Todo lo que queráis pero el proceso de producción de bebés es mucho mas agradable que el de compra de cachorros.   :Smile1:  

Además, si fallas...mejor. Vuelves a intentarlo. Todas las veces que haga falta.

----------


## Ghod

Añado:

-El cachorro NO SE PUEDE volver emo  xD


Ignoto, el proceso de compra de cachorro y fabricación de bebe no son excluyentes. :D

----------


## Boeder

Mientras no intentes hacer un cachorro como haces un bebe todo ira bien...

----------


## ingodwetrust

Hombre, pues desde el día 01 de Julio de 2007 te "regalan" 2500 lereles por tener un bebé.

Mi niño nació el 30 de Junio, así es que tampoco tengo los 2500 lereles... y sigo con sueño... :(  :(

----------


## Rafa de la Torre

> Hombre, pues desde el día 01 de Julio de 2007 te "regalan" 2500 lereles por tener un bebé.
> 
> Mi niño nació el 30 de Junio, así es que tampoco tengo los 2500 lereles... y sigo con sueño... :(  :(



A mí se me hicieron de rogar, pero los pillé. Lo malo va a ser cuando este año haga la renta. Que la letra pequeña de las cosas no las dice el ZP en la tele.....

----------


## AlfonsoSHCD

A Helena le va a dar un patatús cuando entre aquí y vea en qué hemos convertido su petición de ayuda urgente..  :Smile1:

----------


## ignoto

Naaaaaaa...
Igual se ha cortado las venas con un bidé, por ser original.   :Lol:

----------


## Claky

> Naaaaaaa...
> Igual se ha cortado las venas con un bidé, por ser original.


No te pases.......  :Lol:   :Lol:   :Lol:   La verdad es que me a hecho gracia tu comentario, pero a ella no creo que le haga mucha jeje . Un saludo!

----------


## ingodwetrust

> A mí se me hicieron de rogar, pero los pillé. Lo malo va a ser cuando este año haga la renta. Que la letra pequeña de las cosas no las dice el ZP en la tele.....
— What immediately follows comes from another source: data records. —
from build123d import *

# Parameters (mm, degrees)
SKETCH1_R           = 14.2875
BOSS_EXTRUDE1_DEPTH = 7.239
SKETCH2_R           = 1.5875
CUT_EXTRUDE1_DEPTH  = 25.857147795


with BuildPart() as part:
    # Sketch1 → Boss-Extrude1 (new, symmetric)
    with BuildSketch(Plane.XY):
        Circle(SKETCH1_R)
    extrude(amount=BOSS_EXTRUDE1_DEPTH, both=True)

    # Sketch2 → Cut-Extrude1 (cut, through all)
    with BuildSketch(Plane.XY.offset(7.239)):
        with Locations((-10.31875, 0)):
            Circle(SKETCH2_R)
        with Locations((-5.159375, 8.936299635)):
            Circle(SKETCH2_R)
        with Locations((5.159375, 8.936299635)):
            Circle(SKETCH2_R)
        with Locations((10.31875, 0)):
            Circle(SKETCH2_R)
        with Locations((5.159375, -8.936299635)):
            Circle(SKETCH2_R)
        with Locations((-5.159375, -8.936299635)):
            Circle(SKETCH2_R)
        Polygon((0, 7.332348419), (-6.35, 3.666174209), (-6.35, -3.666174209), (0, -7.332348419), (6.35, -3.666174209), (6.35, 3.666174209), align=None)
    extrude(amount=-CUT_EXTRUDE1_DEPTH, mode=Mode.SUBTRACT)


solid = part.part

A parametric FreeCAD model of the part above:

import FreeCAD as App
import Part
import Sketcher
Q = App.Units.Quantity


def add_polygon(sketch, points):
    """Adds a closed chain of lines whose ends are joined by coincident constraints."""
    first, n = sketch.GeometryCount, len(points)
    for a, b in zip(points, points[1:] + points[:1]):
        sketch.addGeometry(Part.LineSegment(App.Vector(*a, 0), App.Vector(*b, 0)), False)
    for i in range(n):
        sketch.addConstraint(Sketcher.Constraint("Coincident", first + i, 2, first + (i + 1) % n, 1))

doc = App.newDocument("Part")
params = doc.addObject("Spreadsheet::Sheet", "Params")
for row, (alias, value) in enumerate([
    ("sketch1_diameter", "1.125 in"),
    ("pad1_length", "0.57 in"),
    ("sketch2_diameter", "0.125 in"),
], start=1):
    params.set(f"A{row}", alias)
    params.set(f"B{row}", "=" + value)
    params.setAlias(f"B{row}", alias)

body = doc.addObject("PartDesign::Body", "Body")

# Sketch on XY plane
sketch1 = doc.addObject("Sketcher::SketchObject", "Sketch")
body.addObject(sketch1)
sketch1.AttachmentSupport = (doc.XY_Plane, [""])
sketch1.MapMode = "FlatFace"
sketch1.addGeometry(Part.Circle(App.Vector(0, 0, 0), App.Vector(0, 0, 1), 14.2875), False)
sketch1.addConstraint(Sketcher.Constraint("Coincident", 0, 3, -1, 1))
sketch1.addConstraint(Sketcher.Constraint("Diameter", 0, Q("1.125 in")))
sketch1.setExpression("Constraints[1]", "Params.sketch1_diameter")
pad1 = doc.addObject("PartDesign::Pad", "Pad")
body.addObject(pad1)
pad1.Profile = sketch1
pad1.setExpression("Length", "Params.pad1_length")
pad1.Midplane = True

# Sketch on XY plane
sketch2 = doc.addObject("Sketcher::SketchObject", "Sketch001")
body.addObject(sketch2)
sketch2.AttachmentSupport = (doc.XY_Plane, [""])
sketch2.MapMode = "FlatFace"
sketch2.AttachmentOffset = App.Placement(App.Vector(0, 0, 0.285 * 25.4), App.Rotation())
sketch2.addGeometry(Part.Circle(App.Vector(-10.31875, 0, 0), App.Vector(0, 0, 1), 1.5875), False)  # 0
sketch2.addGeometry(Part.Circle(App.Vector(-5.159375, 8.9363, 0), App.Vector(0, 0, 1), 1.5875), False)  # 1
sketch2.addGeometry(Part.Circle(App.Vector(5.159375, 8.9363, 0), App.Vector(0, 0, 1), 1.5875), False)  # 2
sketch2.addGeometry(Part.Circle(App.Vector(10.31875, 0, 0), App.Vector(0, 0, 1), 1.5875), False)  # 3
sketch2.addGeometry(Part.Circle(App.Vector(5.159375, -8.9363, 0), App.Vector(0, 0, 1), 1.5875), False)  # 4
sketch2.addGeometry(Part.Circle(App.Vector(-5.159375, -8.9363, 0), App.Vector(0, 0, 1), 1.5875), False)  # 5
add_polygon(sketch2, [(0, 7.332348), (-6.35, 3.666174), (-6.35, -3.666174), (0, -7.332348), (6.35, -3.666174), (6.35, 3.666174)])  # lines 6-11
sketch2.addConstraint(Sketcher.Constraint("Vertical", 7))
sketch2.addConstraint(Sketcher.Constraint("Vertical", 10))
sketch2.addConstraint(Sketcher.Constraint("Equal", 0, 1))
sketch2.addConstraint(Sketcher.Constraint("Equal", 1, 2))
sketch2.addConstraint(Sketcher.Constraint("Equal", 2, 3))
sketch2.addConstraint(Sketcher.Constraint("Equal", 3, 4))
sketch2.addConstraint(Sketcher.Constraint("Equal", 4, 5))
sketch2.addConstraint(Sketcher.Constraint("Symmetric", 0, 3, 3, 3, -1, 1))
sketch2.addConstraint(Sketcher.Constraint("Symmetric", 1, 3, 4, 3, -1, 1))
sketch2.addConstraint(Sketcher.Constraint("Symmetric", 2, 3, 5, 3, -1, 1))
sketch2.addConstraint(Sketcher.Constraint("Symmetric", 6, 2, 9, 2, -1, 1))
sketch2.addConstraint(Sketcher.Constraint("Symmetric", 8, 2, 11, 2, -1, 1))
sketch2.addConstraint(Sketcher.Constraint("Symmetric", 1, 3, 2, 3, -2))
sketch2.addConstraint(Sketcher.Constraint("PointOnObject", 0, 3, -1))
sketch2.addConstraint(Sketcher.Constraint("PointOnObject", 8, 2, -2))
sketch2.addConstraint(Sketcher.Constraint("Parallel", 8, 11))
sketch2.addConstraint(Sketcher.Constraint("Horizontal", 7, 2, 9, 2))
sketch2.addConstraint(Sketcher.Constraint("Diameter", 0, Q("0.125 in")))
sketch2.addConstraint(Sketcher.Constraint("Angle", 6, Q("-150 deg")))
sketch2.addConstraint(Sketcher.Constraint("DistanceX", 6, 2, -1, 1, Q("0.25 in")))
sketch2.addConstraint(Sketcher.Constraint("DistanceX", 0, 3, -1, 1, Q("0.40625 in")))
sketch2.addConstraint(Sketcher.Constraint("DistanceX", 1, 3, -1, 1, Q("0.203125 in")))
sketch2.addConstraint(Sketcher.Constraint("DistanceY", 7, 2, 7, 1, Q("7.332348 mm")))
sketch2.addConstraint(Sketcher.Constraint("DistanceY", -1, 1, 1, 3, Q("8.9363 mm")))
sketch2.setExpression("Constraints[23]", "Params.sketch2_diameter")
pocket1 = doc.addObject("PartDesign::Pocket", "Pocket")
body.addObject(pocket1)
pocket1.Profile = sketch2
pocket1.Type = "ThroughAll"

doc.recompute()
Y encima Juan duerme 10 horas del tirón por la noche... Qué tío... Edité el mensaje en el que dije que Manuel había dormido una noche entera. Anoche se despertó cada hora y cuarto o así.... :(  :(  :( 

Por cierto, ¿ese ingreso computa en la renta? Yo creo que lo puedes tratar como una deducción fiscal igual que los no sé cuantos euros al mes por el segundo hijo que da aquí la J-HUNTA de Extremadura (Debe de ser que el primero no come...)  :Lol:  

Helena, no te lo tomes a mal, pero hablar de bebés y de cachorros es una forma de darle colorido a tu post, mujer, que era un poco inquietante...

----------


## Rafa de la Torre

Helena ya ha decidido dejar la magia, después de este post.  :D  :D 

Fernando, por supuesto que puedes tratar ese dinero como una deducción fiscal (porque lo es), igual que los 100 euros/mes que me paga la Junta de Andalucía por hijo en los tres primeros años.

Pero, por lo que me han comentado (que igual me equivoco), después llega hacienda y te coge en la Renta el 16% de todo el dinero que te han entregado con estas ayudas.

Lo dicho, que si es así, está ¿guay?, y si no es así, mis perdones por pensar mal de usted, Sr. ZP.

----------


## ingodwetrust

De los 2500 no sé decirte, pero de los 100 al mes te digo que en nuestro caso no los cobramos mensualmente, sino que los ajustamos con la declaración anual sin tener que declararlo como ingreso (o al menos eso le entendí al de la gestoría, que lo mismo estoy diciendo una burrada que no veas). Es decir, si nos sale a pagar x descontamos a ese pago los 100 x 12 meses. Y si sale a devolver le incrementamos esa cantidad. 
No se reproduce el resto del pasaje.